В 1940 году работало менее четверти американок, и в большинстве своем это были незамужние женщины. Очень мало, всего два с половиной процента всех матерей, были «женщинами, делавшими себе карьеру». Матери солдат, которым в 1940 году исполнилось 18–30 лет, родились в девятнадцатом веке или в начале девятисотых годов и выросли еще до того, как американские женщины в двадцатые годы завоевали себе право голоса, получили независимость, свободу в сексе, возможность получать образование и делать карьеру. По большому счету, эти «мамочки» не только сами не были феминистками, но и не пользовались правами, завоеванными феминистским движением. Они были обычными американками, которые жили традиционной жизнью женщины, — они были только домохозяйками и матерями.

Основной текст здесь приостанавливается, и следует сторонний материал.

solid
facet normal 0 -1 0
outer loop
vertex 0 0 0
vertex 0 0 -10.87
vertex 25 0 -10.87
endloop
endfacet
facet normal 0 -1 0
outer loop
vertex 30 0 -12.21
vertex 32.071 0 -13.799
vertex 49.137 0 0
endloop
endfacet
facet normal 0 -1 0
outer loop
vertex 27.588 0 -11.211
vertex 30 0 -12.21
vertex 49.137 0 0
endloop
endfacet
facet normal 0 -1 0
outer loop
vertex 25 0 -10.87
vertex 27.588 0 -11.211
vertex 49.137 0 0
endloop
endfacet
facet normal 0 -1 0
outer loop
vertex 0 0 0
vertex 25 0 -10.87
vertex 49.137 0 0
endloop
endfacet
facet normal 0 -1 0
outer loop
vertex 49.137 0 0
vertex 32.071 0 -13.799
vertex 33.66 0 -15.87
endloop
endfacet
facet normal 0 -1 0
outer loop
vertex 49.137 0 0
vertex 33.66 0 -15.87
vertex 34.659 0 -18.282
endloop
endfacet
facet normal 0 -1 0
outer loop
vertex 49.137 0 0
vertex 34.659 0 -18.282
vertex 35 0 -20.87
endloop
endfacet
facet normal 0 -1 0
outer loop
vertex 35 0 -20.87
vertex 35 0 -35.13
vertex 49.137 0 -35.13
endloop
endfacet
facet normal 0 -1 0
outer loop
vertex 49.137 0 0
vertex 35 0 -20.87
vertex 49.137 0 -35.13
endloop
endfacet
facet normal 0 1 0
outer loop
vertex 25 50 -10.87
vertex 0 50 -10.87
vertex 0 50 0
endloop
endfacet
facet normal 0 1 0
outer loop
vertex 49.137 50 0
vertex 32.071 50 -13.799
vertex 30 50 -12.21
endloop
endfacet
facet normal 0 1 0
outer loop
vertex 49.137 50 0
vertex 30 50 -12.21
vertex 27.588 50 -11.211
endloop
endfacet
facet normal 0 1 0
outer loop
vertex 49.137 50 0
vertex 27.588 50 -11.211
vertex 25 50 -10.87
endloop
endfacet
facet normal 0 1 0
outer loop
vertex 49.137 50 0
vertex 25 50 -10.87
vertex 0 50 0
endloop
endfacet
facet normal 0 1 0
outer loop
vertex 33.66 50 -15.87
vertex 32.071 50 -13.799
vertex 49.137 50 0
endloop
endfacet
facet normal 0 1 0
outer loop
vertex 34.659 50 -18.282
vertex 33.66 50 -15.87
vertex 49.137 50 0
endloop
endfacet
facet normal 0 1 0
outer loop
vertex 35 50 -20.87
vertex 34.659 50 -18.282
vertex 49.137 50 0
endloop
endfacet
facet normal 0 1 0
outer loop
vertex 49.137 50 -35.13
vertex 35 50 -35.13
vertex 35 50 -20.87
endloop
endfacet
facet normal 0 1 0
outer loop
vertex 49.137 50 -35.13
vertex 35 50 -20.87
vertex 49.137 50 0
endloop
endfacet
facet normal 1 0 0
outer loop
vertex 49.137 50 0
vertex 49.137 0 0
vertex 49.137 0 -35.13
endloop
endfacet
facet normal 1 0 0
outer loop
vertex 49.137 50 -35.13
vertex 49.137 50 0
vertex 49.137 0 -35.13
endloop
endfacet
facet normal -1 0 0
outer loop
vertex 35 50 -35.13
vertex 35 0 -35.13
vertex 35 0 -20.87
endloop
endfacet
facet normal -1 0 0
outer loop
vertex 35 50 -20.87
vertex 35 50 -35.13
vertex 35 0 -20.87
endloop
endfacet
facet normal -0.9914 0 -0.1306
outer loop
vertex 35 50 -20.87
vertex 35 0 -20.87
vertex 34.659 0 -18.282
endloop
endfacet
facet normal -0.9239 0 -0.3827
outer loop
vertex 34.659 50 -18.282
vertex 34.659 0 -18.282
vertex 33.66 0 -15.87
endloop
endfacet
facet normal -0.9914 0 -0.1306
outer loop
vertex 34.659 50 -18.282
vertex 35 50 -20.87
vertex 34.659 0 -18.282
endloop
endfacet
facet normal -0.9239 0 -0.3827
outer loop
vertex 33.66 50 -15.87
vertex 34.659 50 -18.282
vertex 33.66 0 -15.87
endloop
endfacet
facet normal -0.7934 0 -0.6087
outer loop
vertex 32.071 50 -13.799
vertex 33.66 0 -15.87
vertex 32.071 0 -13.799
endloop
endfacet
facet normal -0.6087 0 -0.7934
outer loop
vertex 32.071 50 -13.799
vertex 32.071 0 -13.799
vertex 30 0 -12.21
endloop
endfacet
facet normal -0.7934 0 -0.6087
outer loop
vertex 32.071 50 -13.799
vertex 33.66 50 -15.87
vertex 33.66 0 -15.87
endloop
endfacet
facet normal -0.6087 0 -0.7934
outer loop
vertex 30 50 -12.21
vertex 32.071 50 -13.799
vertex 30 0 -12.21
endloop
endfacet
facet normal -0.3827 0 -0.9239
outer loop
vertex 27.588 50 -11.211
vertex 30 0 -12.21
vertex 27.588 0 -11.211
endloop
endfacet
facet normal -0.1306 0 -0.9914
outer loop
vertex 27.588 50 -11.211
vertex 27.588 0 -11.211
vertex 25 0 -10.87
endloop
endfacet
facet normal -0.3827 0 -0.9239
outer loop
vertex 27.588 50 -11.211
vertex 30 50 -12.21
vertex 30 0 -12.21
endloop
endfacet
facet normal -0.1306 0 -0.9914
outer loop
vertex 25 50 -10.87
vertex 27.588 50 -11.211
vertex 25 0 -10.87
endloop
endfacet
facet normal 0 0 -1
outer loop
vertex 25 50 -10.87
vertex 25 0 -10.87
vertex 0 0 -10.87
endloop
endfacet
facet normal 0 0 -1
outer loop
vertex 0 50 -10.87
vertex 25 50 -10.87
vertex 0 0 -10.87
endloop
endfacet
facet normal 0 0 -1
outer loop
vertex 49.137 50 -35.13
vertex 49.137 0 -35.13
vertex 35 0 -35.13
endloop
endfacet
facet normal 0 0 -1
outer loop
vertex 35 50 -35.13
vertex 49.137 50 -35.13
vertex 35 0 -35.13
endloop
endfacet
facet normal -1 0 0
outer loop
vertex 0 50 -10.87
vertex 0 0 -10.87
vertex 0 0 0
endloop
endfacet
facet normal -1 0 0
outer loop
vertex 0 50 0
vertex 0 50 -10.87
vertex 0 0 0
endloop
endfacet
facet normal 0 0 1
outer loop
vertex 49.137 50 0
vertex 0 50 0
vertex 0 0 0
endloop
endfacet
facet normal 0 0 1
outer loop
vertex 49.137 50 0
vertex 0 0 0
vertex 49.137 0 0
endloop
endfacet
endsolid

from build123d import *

# Parameters (mm, degrees)
BOSS_EXTRUDE1_DEPTH = 50
VARFILLET1_R        = 10


with BuildPart() as part:
    # Sketch1 → Boss-Extrude1 (new body)
    with BuildSketch(Plane(origin=(0, 0, 0), x_dir=(1, 0, 0), z_dir=(0, 1, 0))):
        Polygon((0, 0), (49.1370117, 0), (49.1370117, 35.13023464), (35, 35.13023464), (35, 10.869893229), (0, 10.869893229), align=None)
    extrude(amount=BOSS_EXTRUDE1_DEPTH)

    # VarFillet1
    varfillet1_edges = [part.edges().sort_by_distance(p)[0] for p in [
        (35, 25, -10.869893229),
    ]]
    fillet(varfillet1_edges, radius=VARFILLET1_R)


solid = part.part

Разве образование, мечты о карьере и независимость превратили этих «мамочек» в разочарованных людей, которые скрывали свое разочарование, целиком посвящая себя детям? Даже книга, которая помогла утвердиться мифу о женском предназначении, «Сыновья своих матерей» Эдварда Стрэкера, подтверждает тот факт, что «мамочки» не были ни феминистками, ни женщинами, стремящимися сделать карьеру, они даже не использовали то образование, которое некоторые из них получили. Они жили ради своих детей, у них не было других интересов, помимо дома, семьи, детей или заботы о своей собственной внешности. Строго говоря, они соответствовали образу, распространяемому загадкой женственности.